This 24-year-old male presented at my rooms with an 8-year history of bilateral “plantar fasciitis”. He had been treated with various modalities and health practitioners over the years, including 4 steroid injections in each heel and was actually wearing a CAM/moon boot on his right foot.
The patient presented with radiographs and ultrasounds with a diagnosis of plantar fasciitis. It is imperative to understand that, at this chronic stage, it would actually be plantar fasciOSIS and not fasciITIS. The subtle difference in nomenclature and hence diagnosis is essential, as this will lead us down a more correct pathway, as the origin of the fascia is now degenerating and “stagnant” and not actually inflamed as “itis” suggests.
Please see the image of the ultrasound and note the thickened and heterogenic plantar fascia origin between the two crosses.

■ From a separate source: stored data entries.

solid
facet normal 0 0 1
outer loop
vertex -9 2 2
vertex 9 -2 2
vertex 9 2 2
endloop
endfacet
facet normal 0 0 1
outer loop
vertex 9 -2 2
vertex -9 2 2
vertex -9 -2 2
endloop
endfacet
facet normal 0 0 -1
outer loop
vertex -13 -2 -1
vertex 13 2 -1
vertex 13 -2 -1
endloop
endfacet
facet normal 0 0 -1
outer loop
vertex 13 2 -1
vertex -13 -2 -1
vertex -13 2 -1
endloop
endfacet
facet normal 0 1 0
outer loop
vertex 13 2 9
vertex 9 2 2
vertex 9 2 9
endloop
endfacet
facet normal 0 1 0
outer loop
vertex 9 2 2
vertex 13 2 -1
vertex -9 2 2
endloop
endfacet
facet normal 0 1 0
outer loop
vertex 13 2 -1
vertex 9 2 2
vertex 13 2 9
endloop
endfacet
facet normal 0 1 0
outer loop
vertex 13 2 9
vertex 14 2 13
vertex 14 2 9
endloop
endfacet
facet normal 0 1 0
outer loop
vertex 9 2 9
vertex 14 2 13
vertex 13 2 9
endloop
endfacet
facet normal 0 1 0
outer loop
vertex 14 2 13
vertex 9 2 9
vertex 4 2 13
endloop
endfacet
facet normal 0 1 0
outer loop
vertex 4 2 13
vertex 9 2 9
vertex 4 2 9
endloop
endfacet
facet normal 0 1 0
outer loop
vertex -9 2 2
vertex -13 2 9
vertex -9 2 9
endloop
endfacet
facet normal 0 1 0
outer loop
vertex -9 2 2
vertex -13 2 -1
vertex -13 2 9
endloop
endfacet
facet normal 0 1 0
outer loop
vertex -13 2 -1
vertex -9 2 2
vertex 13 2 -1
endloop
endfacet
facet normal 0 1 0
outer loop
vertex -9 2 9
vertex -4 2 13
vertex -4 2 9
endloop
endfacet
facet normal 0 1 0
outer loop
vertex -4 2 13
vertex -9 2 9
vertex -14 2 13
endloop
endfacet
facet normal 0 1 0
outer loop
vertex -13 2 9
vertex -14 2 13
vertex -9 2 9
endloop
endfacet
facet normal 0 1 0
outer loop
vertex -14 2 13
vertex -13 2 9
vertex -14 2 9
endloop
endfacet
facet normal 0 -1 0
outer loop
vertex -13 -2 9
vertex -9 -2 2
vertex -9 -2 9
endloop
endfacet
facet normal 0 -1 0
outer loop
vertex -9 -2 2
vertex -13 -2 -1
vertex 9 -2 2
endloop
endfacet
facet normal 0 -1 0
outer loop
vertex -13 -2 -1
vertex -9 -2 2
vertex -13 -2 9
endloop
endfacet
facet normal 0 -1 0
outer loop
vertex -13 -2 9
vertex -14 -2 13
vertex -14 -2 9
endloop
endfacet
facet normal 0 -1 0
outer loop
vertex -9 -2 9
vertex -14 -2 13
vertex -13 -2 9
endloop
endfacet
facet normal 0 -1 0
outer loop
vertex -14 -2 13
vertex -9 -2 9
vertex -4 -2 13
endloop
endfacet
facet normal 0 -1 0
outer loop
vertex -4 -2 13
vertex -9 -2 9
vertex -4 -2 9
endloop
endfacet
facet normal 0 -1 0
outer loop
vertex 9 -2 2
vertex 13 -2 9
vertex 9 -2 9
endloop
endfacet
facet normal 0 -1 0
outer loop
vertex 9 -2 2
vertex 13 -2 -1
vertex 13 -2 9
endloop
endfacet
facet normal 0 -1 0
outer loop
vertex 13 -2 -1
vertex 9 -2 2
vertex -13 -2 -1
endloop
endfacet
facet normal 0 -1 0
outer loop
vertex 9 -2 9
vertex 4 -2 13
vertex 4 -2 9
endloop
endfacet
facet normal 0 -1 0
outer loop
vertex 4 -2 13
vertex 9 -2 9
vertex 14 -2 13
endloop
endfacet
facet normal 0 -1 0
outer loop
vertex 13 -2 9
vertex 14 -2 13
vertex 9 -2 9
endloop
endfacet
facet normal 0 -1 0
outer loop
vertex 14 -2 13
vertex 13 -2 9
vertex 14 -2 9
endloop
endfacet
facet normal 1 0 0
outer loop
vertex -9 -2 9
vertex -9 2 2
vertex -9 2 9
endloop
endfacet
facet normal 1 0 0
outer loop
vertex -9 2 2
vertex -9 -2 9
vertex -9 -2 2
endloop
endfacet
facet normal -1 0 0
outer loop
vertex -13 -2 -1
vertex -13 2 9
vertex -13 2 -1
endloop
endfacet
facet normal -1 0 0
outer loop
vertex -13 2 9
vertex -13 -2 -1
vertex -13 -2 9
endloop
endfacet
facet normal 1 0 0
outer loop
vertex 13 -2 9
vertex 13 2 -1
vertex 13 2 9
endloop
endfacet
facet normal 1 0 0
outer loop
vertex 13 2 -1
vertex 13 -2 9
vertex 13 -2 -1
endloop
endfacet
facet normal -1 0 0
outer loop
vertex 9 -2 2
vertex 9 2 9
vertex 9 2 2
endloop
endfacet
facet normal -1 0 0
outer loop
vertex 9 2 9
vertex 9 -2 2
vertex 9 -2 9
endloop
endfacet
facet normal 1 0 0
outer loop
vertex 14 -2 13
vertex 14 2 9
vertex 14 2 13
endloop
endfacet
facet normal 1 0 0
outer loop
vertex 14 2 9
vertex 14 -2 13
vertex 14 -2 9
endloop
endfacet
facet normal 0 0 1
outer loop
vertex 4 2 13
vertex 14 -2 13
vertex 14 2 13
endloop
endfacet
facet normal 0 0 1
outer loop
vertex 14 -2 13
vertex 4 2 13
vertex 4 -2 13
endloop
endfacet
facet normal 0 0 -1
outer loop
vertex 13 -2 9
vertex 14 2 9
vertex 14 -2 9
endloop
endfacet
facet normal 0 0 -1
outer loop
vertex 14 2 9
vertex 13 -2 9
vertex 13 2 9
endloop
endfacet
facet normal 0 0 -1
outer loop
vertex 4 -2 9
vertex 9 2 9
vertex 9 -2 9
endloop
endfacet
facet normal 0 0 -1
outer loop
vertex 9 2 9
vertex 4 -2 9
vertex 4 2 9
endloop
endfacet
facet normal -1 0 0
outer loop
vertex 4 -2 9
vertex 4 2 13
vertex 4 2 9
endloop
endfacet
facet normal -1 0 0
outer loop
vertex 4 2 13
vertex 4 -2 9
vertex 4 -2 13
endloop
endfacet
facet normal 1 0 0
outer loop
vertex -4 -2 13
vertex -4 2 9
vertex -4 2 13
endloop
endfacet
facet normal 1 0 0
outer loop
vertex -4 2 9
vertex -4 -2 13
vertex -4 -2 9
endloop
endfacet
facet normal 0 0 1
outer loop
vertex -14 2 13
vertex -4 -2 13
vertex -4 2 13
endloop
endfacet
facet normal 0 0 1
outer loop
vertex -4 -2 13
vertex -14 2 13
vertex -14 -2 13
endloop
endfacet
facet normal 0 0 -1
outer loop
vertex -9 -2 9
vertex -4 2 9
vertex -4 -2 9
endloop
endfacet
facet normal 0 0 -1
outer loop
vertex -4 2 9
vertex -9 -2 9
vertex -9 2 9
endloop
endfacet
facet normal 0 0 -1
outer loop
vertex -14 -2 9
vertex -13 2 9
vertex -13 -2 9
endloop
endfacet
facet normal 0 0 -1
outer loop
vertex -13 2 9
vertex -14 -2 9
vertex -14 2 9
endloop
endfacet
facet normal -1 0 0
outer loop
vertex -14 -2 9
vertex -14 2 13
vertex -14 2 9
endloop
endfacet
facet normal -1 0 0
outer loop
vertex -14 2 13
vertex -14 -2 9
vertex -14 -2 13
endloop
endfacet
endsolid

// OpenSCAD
/*
 * Zwölf Tunken Adapter Clip
 * Copyright (c) 2025 Lone Dynamics Corporation. All rights reserved.
 *
 * This works best when printed with TPU filament.
 *
 */
 
 
tunken_clip();

//translate([0,0,8]) rotate([0,0,90]) zwolf();
//translate([0,0,5]) tunken();

module tunken_clip() {
 
    translate([0,0,0.5]) cube([20,4,3], center=true);
    translate([-16/2-3,0,5]) cube([4,4,12], center=true);
    translate([16/2+3,0,5]) cube([4,4,12], center=true);
     
    translate([16/2+1,0,11]) cube([10,4,4], center=true);
    translate([-16/2-1,0,11]) cube([10,4,4], center=true);
     
 }

module tunken() {
    color([1,0,0]) cube([16,16.5,5], center=true);
}
 
module zwolf(height = 1.6)
{
	 
	translate([0,-2.25,0])
		linear_extrude(1)
			text("zwölf", size=2, halign="center", font="Lato:style=Black");

	 difference() {
		 
		union () {
			color([0,1,0]) cube([16,13.5,height], center=true);
			translate([-6.35,4,0]) color([1,1,0]) cube([1.7,5,height+0.01], center=true);
			translate([-6.35,-4,-0.01]) color([1,1,0]) cube([1.7,5,height+0.01], center=true);
			translate([-3.81,4,0]) color([1,1,0]) cube([1.7,5,height+0.01], center=true);
			translate([-3.81,-4,-0.01]) color([1,1,0]) cube([1.7,5,height+0.01], center=true);
			translate([-1.27,4,0]) color([1,1,0]) cube([1.7,5,height+0.01], center=true);
			translate([-1.27,-4,-0.01]) color([1,1,0]) cube([1.7,5,height+0.01], center=true);
			translate([1.27,4,0]) color([1,1,0]) cube([1.7,5,height+0.01], center=true);
			translate([1.27,-4,-0.01]) color([1,1,0]) cube([1.7,5,height+0.01], center=true);
			translate([3.81,4,0]) color([1,1,0]) cube([1.7,5,height+0.01], center=true);
			translate([3.81,-4,-0.01]) color([1,1,0]) cube([1.7,5,height+0.01], center=true);
			translate([6.35,4,0]) color([1,1,0]) cube([1.7,5,height+0.01], center=true);
			translate([6.35,-4,-0.01]) color([1,1,0]) cube([1.7,5,height+0.01], center=true);
	   }
	 
		translate([-6.35,2.75,-1]) cylinder(d=1, h=10);		 
		translate([-6.35,2.75-7.62,-1]) cylinder(d=1, h=10);
		translate([-3.81,2.75,-1]) cylinder(d=1, h=10);
		translate([-3.81,2.75-7.62,-1]) cylinder(d=1, h=10);
		translate([-1.27,2.75,-1]) cylinder(d=1, h=10);
		translate([-1.27,2.75-7.62,-1]) cylinder(d=1, h=10);
		translate([1.27,2.75,-1]) cylinder(d=1, h=10);
		translate([1.27,2.75-7.62,-1]) cylinder(d=1, h=10);
		translate([3.81,2.75,-1]) cylinder(d=1, h=10);
		translate([3.81,2.75-7.62,-1]) cylinder(d=1, h=10);
		translate([6.35,2.75,-1]) cylinder(d=1, h=10);
		translate([6.35,2.75-7.62,-1]) cylinder(d=1, h=10);
		
	 }
 }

Baxter’s nerve entrapment was assessed and was NOT present and hence he was offered minimally invasive plantar fascial release to take the traction away from the origin to allow healing. This was done in conjunction with platelet-rich plasma injection directly into the thickened tissue after the wounds were sutured. Please see the 2 small incisions utilised to lengthen/release the medial and central bands on the image. This has very quick recuperation and evidence-based medicine shows this produces excellent results.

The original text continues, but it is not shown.